Am I ready to tender?
First of all, you need to establish whether your business is capable of meeting the requirements of the tender. Usually, an invitation to tender is very specific about the practical tasks to be accomplished. Be realistic about your ability to accomplish those tasks. Remember, failure to deliver what is required at the stated costs and within the time agreed will probably make you liable for penalties in terms of the contract.
As a guideline, an enterprise that is ready to tender:
- Is a registered business
- Has a good banking record, credit history and relationship with its suppliers and clients
- Is able to deliver - on time, on budget and according to specifications
- Is up to date with its taxes
- Pays its bills on time
- Has the required cash-flow and other resources to complete the contract
- Is pro-active, actively looking for business opportunities
- Is able to deliver goods or services of consistent quality
- Has qualified employees
- Has, or can acquire, the right equipment, clothing and accessories to complete the tender
- Has registered its employees with the Department of Labour (UIF, Skills Development Levy, Workmen's Compensation etc.); and
- Has products that complies with SABS standards
Does my business have to be registered as a CC or company?
No. A sole trader or partnership may tender. However, the business has to be:
- Registered or licensed with the relevant local authority
- It must have a bank account; and
- It must be registered with the South African Revenue Services and must have an up-to-date tax clearance certificate.
What about tendering together with another business?

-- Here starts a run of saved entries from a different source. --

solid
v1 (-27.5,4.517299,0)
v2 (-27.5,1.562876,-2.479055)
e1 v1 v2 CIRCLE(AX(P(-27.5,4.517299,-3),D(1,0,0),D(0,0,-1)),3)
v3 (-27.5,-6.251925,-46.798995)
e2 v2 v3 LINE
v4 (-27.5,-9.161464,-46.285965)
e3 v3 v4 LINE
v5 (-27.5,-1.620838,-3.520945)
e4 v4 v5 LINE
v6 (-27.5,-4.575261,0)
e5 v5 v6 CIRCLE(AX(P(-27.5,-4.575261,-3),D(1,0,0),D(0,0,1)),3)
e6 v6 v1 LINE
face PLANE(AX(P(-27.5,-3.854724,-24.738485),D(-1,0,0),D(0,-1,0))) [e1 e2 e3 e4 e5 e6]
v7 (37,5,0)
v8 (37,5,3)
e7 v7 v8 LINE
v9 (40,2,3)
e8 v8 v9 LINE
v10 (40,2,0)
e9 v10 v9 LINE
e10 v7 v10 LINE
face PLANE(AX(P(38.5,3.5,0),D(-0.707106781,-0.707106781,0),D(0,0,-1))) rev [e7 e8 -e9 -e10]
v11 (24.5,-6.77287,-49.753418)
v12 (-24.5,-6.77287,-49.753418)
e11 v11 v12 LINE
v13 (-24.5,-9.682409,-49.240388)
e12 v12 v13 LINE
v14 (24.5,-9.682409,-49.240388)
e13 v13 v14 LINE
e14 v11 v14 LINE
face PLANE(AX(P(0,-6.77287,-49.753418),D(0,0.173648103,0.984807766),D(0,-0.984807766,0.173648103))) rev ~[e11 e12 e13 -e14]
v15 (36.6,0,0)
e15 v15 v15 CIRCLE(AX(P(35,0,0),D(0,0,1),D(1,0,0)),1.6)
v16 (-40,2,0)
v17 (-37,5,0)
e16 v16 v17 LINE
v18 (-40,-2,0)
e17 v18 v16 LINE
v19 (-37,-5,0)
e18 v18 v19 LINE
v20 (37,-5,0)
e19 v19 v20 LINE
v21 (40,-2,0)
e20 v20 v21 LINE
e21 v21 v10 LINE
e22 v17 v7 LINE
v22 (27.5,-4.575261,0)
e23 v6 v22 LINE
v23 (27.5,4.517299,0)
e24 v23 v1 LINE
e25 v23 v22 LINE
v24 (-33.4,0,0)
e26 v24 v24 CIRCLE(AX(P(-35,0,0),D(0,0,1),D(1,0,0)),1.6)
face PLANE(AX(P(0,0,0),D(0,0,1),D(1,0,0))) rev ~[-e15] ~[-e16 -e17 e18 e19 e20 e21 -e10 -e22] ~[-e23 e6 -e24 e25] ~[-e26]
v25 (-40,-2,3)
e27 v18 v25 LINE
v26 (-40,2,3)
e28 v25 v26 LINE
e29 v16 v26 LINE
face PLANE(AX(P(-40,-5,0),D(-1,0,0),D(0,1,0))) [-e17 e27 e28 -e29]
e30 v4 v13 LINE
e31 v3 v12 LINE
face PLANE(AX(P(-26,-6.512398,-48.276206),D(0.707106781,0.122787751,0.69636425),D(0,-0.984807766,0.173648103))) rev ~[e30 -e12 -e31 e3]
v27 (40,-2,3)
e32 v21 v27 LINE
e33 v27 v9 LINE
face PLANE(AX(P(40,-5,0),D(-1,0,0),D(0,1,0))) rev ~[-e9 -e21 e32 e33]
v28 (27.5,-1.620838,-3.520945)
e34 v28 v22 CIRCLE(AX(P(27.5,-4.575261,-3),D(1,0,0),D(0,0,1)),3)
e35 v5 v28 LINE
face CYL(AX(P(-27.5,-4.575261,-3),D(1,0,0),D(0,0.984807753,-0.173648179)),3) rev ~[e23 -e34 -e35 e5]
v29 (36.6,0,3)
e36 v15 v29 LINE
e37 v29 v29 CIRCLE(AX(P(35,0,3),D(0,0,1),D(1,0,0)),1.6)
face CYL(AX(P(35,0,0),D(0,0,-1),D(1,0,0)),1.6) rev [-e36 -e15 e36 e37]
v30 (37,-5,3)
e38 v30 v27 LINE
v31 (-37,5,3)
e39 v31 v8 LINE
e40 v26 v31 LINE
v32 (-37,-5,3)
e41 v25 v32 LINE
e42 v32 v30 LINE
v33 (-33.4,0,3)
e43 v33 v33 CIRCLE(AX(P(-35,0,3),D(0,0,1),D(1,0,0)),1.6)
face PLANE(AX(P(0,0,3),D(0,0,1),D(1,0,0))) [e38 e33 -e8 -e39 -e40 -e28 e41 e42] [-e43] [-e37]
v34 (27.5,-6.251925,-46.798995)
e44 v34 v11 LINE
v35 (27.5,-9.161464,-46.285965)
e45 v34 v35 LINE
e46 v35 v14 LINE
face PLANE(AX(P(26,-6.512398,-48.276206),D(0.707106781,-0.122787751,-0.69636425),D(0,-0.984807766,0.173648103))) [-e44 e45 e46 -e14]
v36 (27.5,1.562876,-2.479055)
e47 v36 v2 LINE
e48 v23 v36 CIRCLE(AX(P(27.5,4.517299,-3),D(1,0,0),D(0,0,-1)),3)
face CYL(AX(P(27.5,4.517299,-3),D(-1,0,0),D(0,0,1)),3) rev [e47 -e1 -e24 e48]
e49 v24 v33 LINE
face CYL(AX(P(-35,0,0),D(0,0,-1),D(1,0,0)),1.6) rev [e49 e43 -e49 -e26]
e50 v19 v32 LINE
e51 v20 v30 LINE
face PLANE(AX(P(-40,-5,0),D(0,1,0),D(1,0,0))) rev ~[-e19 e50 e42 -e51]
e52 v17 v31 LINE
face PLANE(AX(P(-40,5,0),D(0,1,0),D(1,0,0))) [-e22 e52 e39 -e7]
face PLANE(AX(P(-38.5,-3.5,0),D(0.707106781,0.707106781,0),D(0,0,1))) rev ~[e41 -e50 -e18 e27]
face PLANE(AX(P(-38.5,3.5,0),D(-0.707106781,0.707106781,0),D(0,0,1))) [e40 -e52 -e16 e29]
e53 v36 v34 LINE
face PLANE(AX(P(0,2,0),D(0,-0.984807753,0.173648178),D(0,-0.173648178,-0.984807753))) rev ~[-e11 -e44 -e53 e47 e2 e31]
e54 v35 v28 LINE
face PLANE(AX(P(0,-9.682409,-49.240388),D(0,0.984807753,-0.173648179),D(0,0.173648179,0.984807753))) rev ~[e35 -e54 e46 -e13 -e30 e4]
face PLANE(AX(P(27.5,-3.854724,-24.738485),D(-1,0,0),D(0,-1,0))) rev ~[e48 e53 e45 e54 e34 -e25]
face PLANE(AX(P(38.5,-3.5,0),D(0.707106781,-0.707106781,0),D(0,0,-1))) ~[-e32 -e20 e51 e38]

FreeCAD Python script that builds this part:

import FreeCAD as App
import Part
import Sketcher
Q = App.Units.Quantity


def edges_at(feature, points):
    """Names of the edges that pass closest to the given points."""
    edges = feature.Shape.Edges
    near = lambda p: min(range(len(edges)), key=lambda i: edges[i].distToShape(Part.Vertex(*p))[0])
    return sorted({f"Edge{near(p) + 1}" for p in points})

doc = App.newDocument("Part")
params = doc.addObject("Spreadsheet::Sheet", "Params")
for row, (alias, value) in enumerate([
    ("sketch1_diameter", "3.2 mm"),
    ("sketch1_width", "80 mm"),
    ("sketch1_height", "10 mm"),
    ("pad1_length", "3 mm"),
    ("chamfer_size", "3 mm"),
    ("sketch2_width", "3 mm"),
    ("sketch2_length", "50 mm"),
    ("pad2_length", "55 mm"),
    ("chamfer2_size", "3 mm"),
    ("fillet_radius", "3 mm"),
], start=1):
    params.set(f"A{row}", alias)
    params.set(f"B{row}", "=" + value)
    params.setAlias(f"B{row}", alias)

body = doc.addObject("PartDesign::Body", "Body")

# Sketch on XY plane
sketch1 = body.newObject("Sketcher::SketchObject", "Sketch")
sketch1.AttachmentSupport = (doc.getObject("XY_Plane"), [""])
sketch1.MapMode = "FlatFace"
sketch1.addGeometry(Part.LineSegment(App.Vector(-40, 5, 0), App.Vector(-40, -5, 0)), False)
sketch1.addGeometry(Part.LineSegment(App.Vector(-40, -5, 0), App.Vector(40, -5, 0)), False)
sketch1.addGeometry(Part.LineSegment(App.Vector(40, -5, 0), App.Vector(40, 5, 0)), False)
sketch1.addGeometry(Part.LineSegment(App.Vector(40, 5, 0), App.Vector(-40, 5, 0)), False)
sketch1.addGeometry(Part.Circle(App.Vector(-35, 0, 0), App.Vector(0, 0, 1), 1.6), False)
sketch1.addGeometry(Part.Circle(App.Vector(35, 0, 0), App.Vector(0, 0, 1), 1.6), False)
sketch1.addConstraint(Sketcher.Constraint("Coincident", 0, 2, 1, 1))
sketch1.addConstraint(Sketcher.Constraint("Coincident", 1, 2, 2, 1))
sketch1.addConstraint(Sketcher.Constraint("Coincident", 2, 2, 3, 1))
sketch1.addConstraint(Sketcher.Constraint("Coincident", 3, 2, 0, 1))
sketch1.addConstraint(Sketcher.Constraint("Vertical", 0))
sketch1.addConstraint(Sketcher.Constraint("Horizontal", 1))
sketch1.addConstraint(Sketcher.Constraint("Vertical", 2))
sketch1.addConstraint(Sketcher.Constraint("Horizontal", 3))
sketch1.addConstraint(Sketcher.Constraint("Equal", 4, 5))
sketch1.addConstraint(Sketcher.Constraint("Symmetric", 4, 3, 5, 3, -1, 1))
sketch1.addConstraint(Sketcher.Constraint("Symmetric", 0, 2, 2, 2, -1, 1))
sketch1.addConstraint(Sketcher.Constraint("PointOnObject", 4, 3, -1))
sketch1.addConstraint(Sketcher.Constraint("Diameter", 4, Q("3.2 mm")))
sketch1.addConstraint(Sketcher.Constraint("DistanceX", 1, 1, 1, 2, Q("80 mm")))
sketch1.addConstraint(Sketcher.Constraint("DistanceY", 0, 2, 0, 1, Q("10 mm")))
sketch1.addConstraint(Sketcher.Constraint("DistanceX", 4, 3, -1, 1, Q("35 mm")))
sketch1.setExpression("Constraints[12]", "Params.sketch1_diameter")
sketch1.setExpression("Constraints[13]", "Params.sketch1_width")
sketch1.setExpression("Constraints[14]", "Params.sketch1_height")
pad1 = body.newObject("PartDesign::Pad", "Pad")
pad1.Profile = sketch1
pad1.setExpression("Length", "Params.pad1_length")
doc.recompute()

chamfer = body.newObject("PartDesign::Chamfer", "Chamfer")
chamfer.Base = (pad1, edges_at(pad1, [
    (40, -5, 1.5),
    (40, 5, 1.5),
    (-40, -5, 1.5),
    (-40, 5, 1.5),
]))
chamfer.setExpression("Size", "Params.chamfer_size")

# Sketch on YZ plane
sketch2 = body.newObject("Sketcher::SketchObject", "Sketch001")
sketch2.AttachmentSupport = (doc.getObject("YZ_Plane"), [""])
sketch2.MapMode = "FlatFace"
sketch2.addGeometry(Part.LineSegment(App.Vector(2, 0, 0), App.Vector(-1, 0, 0)), False)
sketch2.addGeometry(Part.LineSegment(App.Vector(-1, 0, 0), App.Vector(-9.7, -49.2, 0)), False)
sketch2.addGeometry(Part.LineSegment(App.Vector(-9.7, -49.2, 0), App.Vector(-6.8, -49.8, 0)), False)
sketch2.addGeometry(Part.LineSegment(App.Vector(-6.8, -49.8, 0), App.Vector(2, 0, 0)), False)
sketch2.addConstraint(Sketcher.Constraint("Coincident", 0, 2, 1, 1))
sketch2.addConstraint(Sketcher.Constraint("Coincident", 1, 2, 2, 1))
sketch2.addConstraint(Sketcher.Constraint("Coincident", 2, 2, 3, 1))
sketch2.addConstraint(Sketcher.Constraint("Coincident", 3, 2, 0, 1))
sketch2.addConstraint(Sketcher.Constraint("Horizontal", 0))
sketch2.addConstraint(Sketcher.Constraint("PointOnObject", 0, 2, -1))
sketch2.addConstraint(Sketcher.Constraint("Perpendicular", 1, 2))
sketch2.addConstraint(Sketcher.Constraint("Perpendicular", 2, 3))
sketch2.addConstraint(Sketcher.Constraint("DistanceX", 0, 2, 0, 1, Q("3 mm")))
sketch2.addConstraint(Sketcher.Constraint("Angle", 1, Q("-100 deg")))
sketch2.addConstraint(Sketcher.Constraint("Distance", 1, Q("50 mm")))
sketch2.addConstraint(Sketcher.Constraint("DistanceX", 0, 2, -1, 1, Q("1 mm")))
sketch2.setExpression("Constraints[8]", "Params.sketch2_width")
sketch2.setExpression("Constraints[10]", "Params.sketch2_length")
pad2 = body.newObject("PartDesign::Pad", "Pad001")
pad2.Profile = sketch2
pad2.setExpression("Length", "Params.pad2_length")
pad2.Midplane = True
doc.recompute()

chamfer2 = body.newObject("PartDesign::Chamfer", "Chamfer001")
chamfer2.Base = (pad2, edges_at(pad2, [(-27.5, -8.228, -49.497), (27.5, -8.228, -49.497)]))
chamfer2.setExpression("Size", "Params.chamfer2_size")
doc.recompute()

fillet = body.newObject("PartDesign::Fillet", "Fillet")
fillet.Base = (chamfer2, edges_at(chamfer2, [(0, -1, 0), (0, 2, 0)]))
fillet.setExpression("Radius", "Params.fillet_radius")

doc.recompute()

This is called a joint venture (JV). When two businesses form a joint venture (a partnership between two business) they each contribute to the project and share the profit. In this way two (or more) small businesses may be able to win a large tender that neither would have been able to take on alone.
Use the following guidelines when selecting a JV:
- Choose you partner very carefully. Like any partnership, a JV thrives on mutual trust and collapses when partners become suspicious of the others motives, agendas and ethics
- Enter into negotiations early
- Rather involve two or more smaller JV partners than one other firm that is much bigger than you are; and
- Draw up a formal JV agreement and state all expectations clearly, including usually vague notions such as the one partner empowering the other with skills.
How do I complete the tender documentation?
- With great care and precision! Follow the instructions carefully. Even the smallest error may result in the cancellation of your tender application.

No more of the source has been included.